EXAM I REVIEW Lecture I Darwin- The Origin of Species key ideas Theory of Evolution Descent with Modification Natural Selection History of the earth and geological time scales Kingdoms and Domains Classification and Naming of organisms Ecosystems and Populations Cell History- the origin of cells The hierarchy of life (Atom to biosphere) The Scientific Method
Week 1 Key areas to focus on: What were Darwin's key ideas and what evidence did he have to support his theory of Evolution? What is natural selection and what role does competition play in natural selection? How do differences in biogeography cause evolution to occur? Understand the concept of all organisms deriving from a common ancestor and the 3 domains of life on earth. Know the three major hypotheses about the origin of life (Chemical Evolution) Table 18.1, page 326 provides the geologic timescale. Please know the major events that occurred in each era. Ex.
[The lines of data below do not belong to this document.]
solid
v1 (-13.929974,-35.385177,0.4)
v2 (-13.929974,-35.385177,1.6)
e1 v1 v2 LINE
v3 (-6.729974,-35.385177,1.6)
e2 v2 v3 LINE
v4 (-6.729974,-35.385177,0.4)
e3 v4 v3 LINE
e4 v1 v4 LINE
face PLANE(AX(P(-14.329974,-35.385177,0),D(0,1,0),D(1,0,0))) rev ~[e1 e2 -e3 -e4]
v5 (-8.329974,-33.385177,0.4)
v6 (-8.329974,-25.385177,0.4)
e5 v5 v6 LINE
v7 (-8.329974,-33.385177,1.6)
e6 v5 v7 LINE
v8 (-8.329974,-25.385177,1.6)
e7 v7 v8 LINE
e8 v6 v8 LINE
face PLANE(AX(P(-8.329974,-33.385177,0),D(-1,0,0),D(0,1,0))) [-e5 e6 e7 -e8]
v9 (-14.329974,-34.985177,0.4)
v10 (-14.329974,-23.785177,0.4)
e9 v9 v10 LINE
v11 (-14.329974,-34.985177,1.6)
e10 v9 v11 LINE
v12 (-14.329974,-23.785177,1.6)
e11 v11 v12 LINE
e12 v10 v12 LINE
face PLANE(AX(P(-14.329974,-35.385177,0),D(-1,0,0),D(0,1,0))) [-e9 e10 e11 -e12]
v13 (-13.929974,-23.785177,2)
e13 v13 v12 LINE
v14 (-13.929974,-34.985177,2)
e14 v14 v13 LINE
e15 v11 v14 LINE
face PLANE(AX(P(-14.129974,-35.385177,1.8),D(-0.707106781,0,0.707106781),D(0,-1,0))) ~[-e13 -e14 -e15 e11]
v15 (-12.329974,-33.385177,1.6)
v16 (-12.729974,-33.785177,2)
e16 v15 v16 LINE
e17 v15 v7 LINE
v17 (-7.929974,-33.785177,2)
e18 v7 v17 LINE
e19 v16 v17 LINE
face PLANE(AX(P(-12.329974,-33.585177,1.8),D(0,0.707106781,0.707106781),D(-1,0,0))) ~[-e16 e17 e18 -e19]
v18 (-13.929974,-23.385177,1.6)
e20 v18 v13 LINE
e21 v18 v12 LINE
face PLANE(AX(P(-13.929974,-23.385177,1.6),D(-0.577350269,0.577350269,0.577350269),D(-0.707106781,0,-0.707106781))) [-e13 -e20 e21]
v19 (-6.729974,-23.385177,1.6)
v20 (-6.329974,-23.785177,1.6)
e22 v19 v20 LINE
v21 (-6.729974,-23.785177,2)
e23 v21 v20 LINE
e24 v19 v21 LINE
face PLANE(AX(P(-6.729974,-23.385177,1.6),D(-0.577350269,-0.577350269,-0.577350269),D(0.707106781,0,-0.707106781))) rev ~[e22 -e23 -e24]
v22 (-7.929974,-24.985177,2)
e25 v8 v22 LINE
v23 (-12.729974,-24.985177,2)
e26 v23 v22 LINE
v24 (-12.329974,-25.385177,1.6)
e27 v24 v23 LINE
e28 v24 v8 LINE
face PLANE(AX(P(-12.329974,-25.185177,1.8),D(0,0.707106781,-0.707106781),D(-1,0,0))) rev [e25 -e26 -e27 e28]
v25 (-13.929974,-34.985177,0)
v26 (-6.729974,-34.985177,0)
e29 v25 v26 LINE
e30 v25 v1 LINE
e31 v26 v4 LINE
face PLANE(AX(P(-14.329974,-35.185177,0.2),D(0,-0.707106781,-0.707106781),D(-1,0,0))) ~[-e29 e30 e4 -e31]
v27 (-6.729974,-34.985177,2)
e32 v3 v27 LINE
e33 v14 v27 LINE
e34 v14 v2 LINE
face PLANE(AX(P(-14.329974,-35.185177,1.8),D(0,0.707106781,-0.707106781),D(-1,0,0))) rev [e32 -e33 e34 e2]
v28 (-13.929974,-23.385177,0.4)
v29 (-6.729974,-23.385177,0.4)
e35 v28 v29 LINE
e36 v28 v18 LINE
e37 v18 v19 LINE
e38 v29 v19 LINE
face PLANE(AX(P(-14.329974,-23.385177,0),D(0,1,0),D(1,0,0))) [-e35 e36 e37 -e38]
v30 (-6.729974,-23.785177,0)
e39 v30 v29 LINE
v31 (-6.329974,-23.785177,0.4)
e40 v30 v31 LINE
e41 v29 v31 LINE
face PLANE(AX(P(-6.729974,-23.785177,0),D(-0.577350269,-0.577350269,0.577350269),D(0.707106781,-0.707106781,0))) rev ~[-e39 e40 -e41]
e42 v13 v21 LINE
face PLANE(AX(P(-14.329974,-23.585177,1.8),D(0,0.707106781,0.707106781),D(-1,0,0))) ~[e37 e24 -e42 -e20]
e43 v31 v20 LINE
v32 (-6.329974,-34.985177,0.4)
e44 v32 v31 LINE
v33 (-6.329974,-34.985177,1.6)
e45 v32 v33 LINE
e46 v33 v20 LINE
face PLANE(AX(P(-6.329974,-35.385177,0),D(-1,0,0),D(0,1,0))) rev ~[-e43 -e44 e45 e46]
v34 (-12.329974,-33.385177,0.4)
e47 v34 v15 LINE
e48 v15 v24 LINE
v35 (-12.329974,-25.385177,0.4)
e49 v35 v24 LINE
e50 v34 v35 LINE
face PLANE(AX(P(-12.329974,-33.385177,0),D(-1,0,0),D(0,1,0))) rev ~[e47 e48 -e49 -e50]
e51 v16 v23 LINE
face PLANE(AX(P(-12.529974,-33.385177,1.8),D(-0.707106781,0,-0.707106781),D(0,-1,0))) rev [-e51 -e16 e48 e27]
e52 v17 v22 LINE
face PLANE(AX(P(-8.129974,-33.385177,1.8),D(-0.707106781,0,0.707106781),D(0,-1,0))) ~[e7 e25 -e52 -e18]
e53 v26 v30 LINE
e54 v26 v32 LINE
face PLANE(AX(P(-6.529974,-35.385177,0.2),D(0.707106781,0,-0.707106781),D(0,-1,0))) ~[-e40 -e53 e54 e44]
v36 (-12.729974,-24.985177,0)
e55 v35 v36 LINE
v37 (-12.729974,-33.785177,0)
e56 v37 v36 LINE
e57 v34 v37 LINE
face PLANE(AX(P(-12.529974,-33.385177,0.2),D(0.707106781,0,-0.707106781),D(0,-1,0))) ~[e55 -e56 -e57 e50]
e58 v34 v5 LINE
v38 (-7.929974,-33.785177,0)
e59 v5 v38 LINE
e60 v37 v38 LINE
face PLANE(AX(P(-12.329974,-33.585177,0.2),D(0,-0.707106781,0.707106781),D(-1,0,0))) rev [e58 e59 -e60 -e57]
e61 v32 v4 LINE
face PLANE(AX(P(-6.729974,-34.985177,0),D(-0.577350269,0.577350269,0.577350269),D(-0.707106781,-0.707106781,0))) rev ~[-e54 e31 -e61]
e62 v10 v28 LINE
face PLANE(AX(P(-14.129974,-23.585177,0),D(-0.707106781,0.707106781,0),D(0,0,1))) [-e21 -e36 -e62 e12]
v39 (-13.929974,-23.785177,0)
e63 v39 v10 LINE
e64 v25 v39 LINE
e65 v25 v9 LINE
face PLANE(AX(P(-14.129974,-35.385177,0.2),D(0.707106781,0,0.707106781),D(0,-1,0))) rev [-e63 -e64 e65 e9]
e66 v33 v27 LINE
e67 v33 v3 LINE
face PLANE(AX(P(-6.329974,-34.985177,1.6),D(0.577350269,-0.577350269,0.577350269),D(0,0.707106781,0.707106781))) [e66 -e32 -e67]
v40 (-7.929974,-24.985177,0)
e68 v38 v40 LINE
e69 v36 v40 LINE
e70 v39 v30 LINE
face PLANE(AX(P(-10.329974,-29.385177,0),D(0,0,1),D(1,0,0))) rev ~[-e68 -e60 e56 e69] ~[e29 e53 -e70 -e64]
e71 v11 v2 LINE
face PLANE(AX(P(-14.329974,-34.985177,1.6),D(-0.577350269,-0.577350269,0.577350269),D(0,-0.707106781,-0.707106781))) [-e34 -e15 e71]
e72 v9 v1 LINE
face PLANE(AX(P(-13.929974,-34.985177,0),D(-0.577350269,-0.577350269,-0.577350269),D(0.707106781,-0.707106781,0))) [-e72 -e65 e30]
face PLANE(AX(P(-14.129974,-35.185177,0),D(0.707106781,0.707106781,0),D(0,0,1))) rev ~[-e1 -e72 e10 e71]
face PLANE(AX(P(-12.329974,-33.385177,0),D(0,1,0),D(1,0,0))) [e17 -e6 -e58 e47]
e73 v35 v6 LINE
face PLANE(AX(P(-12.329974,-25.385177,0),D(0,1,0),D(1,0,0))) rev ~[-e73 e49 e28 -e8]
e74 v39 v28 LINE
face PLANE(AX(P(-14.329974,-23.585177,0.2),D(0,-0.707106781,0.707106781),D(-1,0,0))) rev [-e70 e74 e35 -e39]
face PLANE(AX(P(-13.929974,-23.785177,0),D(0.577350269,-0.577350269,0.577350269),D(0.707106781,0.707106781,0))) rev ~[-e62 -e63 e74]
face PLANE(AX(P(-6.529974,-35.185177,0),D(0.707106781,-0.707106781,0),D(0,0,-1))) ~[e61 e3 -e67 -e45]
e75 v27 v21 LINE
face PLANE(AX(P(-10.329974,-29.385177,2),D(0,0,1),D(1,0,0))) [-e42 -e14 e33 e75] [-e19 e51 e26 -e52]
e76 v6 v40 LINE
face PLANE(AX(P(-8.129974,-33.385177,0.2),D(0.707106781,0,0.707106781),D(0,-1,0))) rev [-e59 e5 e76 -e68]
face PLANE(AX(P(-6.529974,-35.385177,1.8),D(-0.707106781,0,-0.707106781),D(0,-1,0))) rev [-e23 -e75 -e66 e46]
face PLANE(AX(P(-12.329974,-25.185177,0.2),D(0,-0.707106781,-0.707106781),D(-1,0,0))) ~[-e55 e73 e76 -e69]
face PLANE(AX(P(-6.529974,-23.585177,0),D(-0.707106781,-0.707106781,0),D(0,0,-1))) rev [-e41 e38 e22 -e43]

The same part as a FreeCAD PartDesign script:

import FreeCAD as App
import Part
import Sketcher
from FreeCAD import Vector
Q = App.Units.Quantity


def edges_at(feature, points):
    """Names of the edges that pass closest to the given points."""
    edges = feature.Shape.Edges
    near = lambda p: min(range(len(edges)), key=lambda i: edges[i].distToShape(Part.Vertex(*p))[0])
    return sorted({f"Edge{near(p) + 1}" for p in points})

doc = App.newDocument("Part")
body = doc.addObject("PartDesign::Body", "Body")

sketch1 = body.newObject("Sketcher::SketchObject", "Sketch")
sketch1.AttachmentSupport = (doc.getObject("XY_Plane"), [""])
sketch1.MapMode = "FlatFace"
sketch1.addGeometry([
    Part.LineSegment(Vector(-14.3, -23.4, 0), Vector(-14.3, -35.4, 0)),
    Part.LineSegment(Vector(-14.3, -35.4, 0), Vector(-6.3, -35.4, 0)),
    Part.LineSegment(Vector(-6.3, -35.4, 0), Vector(-6.3, -23.4, 0)),
    Part.LineSegment(Vector(-6.3, -23.4, 0), Vector(-14.3, -23.4, 0)),
    Part.LineSegment(Vector(-8.3, -33.4, 0), Vector(-12.3, -33.4, 0)),
    Part.LineSegment(Vector(-12.3, -33.4, 0), Vector(-12.3, -25.4, 0)),
    Part.LineSegment(Vector(-12.3, -25.4, 0), Vector(-8.3, -25.4, 0)),
    Part.LineSegment(Vector(-8.3, -25.4, 0), Vector(-8.3, -33.4, 0)),
], False)
sketch1.addConstraint([
    Sketcher.Constraint("Coincident", 0, 2, 1, 1),
    Sketcher.Constraint("Coincident", 1, 2, 2, 1),
    Sketcher.Constraint("Coincident", 2, 2, 3, 1),
    Sketcher.Constraint("Coincident", 3, 2, 0, 1),
    Sketcher.Constraint("Coincident", 4, 2, 5, 1),
    Sketcher.Constraint("Coincident", 5, 2, 6, 1),
    Sketcher.Constraint("Coincident", 6, 2, 7, 1),
    Sketcher.Constraint("Coincident", 7, 2, 4, 1),
    Sketcher.Constraint("Vertical", 0),
    Sketcher.Constraint("Horizontal", 1),
    Sketcher.Constraint("Vertical", 2),
    Sketcher.Constraint("Horizontal", 3),
    Sketcher.Constraint("Horizontal", 4),
    Sketcher.Constraint("Vertical", 5),
    Sketcher.Constraint("Horizontal", 6),
    Sketcher.Constraint("Vertical", 7),
    Sketcher.Constraint("Equal", 3, 5),
    Sketcher.Constraint("DistanceX", 1, 1, 1, 2, Q("8 mm")),
    Sketcher.Constraint("DistanceX", 4, 2, 4, 1, Q("4 mm")),
    Sketcher.Constraint("DistanceY", 0, 2, 0, 1, Q("12 mm")),
    Sketcher.Constraint("DistanceX", 0, 2, 4, 2, Q("2 mm")),
    Sketcher.Constraint("DistanceY", 0, 2, 4, 2, Q("2 mm")),
    Sketcher.Constraint("DistanceX", 0, 2, -1, 1, Q("14.329974 mm")),
    Sketcher.Constraint("DistanceY", 0, 2, -1, 1, Q("35.385177 mm")),
])
pad1 = body.newObject("PartDesign::Pad", "Pad")
pad1.Profile = sketch1
pad1.Length = 2
doc.recompute()

chamfer = body.newObject("PartDesign::Chamfer", "Chamfer")
chamfer.Base = (pad1, edges_at(pad1, [
    (-8.33, -29.385, 2),
    (-10.33, -33.385, 2),
    (-12.33, -29.385, 2),
    (-10.33, -25.385, 2),
    (-10.33, -35.385, 2),
    (-14.33, -29.385, 2),
    (-14.33, -35.385, 1),
    (-6.33, -35.385, 1),
    (-6.33, -29.385, 2),
    (-10.33, -23.385, 2),
    (-6.33, -23.385, 1),
    (-14.33, -23.385, 1),
    (-14.33, -29.385, 0),
    (-12.33, -29.385, 0),
    (-10.33, -25.385, 0),
    (-10.33, -23.385, 0),
    (-6.33, -29.385, 0),
    (-8.33, -29.385, 0),
    (-10.33, -33.385, 0),
    (-10.33, -35.385, 0),
]))
chamfer.Size = 0.4

doc.recompute()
The Cambrian Explosion. What is the Cambrian Explosion and why is it of significance? Know the differences between prokaryotic and eukaryotic cells. Which cell structures are found in Prokaryotes, which are found in eukaryotes?
EXAM I REVIEW Lecture II Inorganic Chemistry What is an atom, element, molecule? Properties of matter and energy Chemical reactions and activation energy Atomic structure- protons, neutrons and electrons The Periodic Table of Elements- how are elements arranged? Electronegativity Electrons and Energy- Octet Rule Elements, Compounds, Molecules and Mixtures Bonds- Ionic, Nonpolar Covalent and Polar Covalent
Week 2 Key areas to focus on: Know what atoms, elements, compounds and molecules are; how are they formed? Where do elements occur on the periodic table and what does it mean? Periodic Table: Know what is meant by a group (vertical) and a period (horizontal). Know what groups represent and what periods represent. Isotopes- understand what an isotope is and how they are used in medicine Bohr models and energy. Know that the closer the electron "shell" is to the nucleus, the more stable it is and why. Valence shells, valence electrons and importance in bonding. THE OCTET RULE! Covalent and Ionic bonding. Understand why some elements are more prone to give up or to accept electrons based on their electronegativity and placement in the periodic table.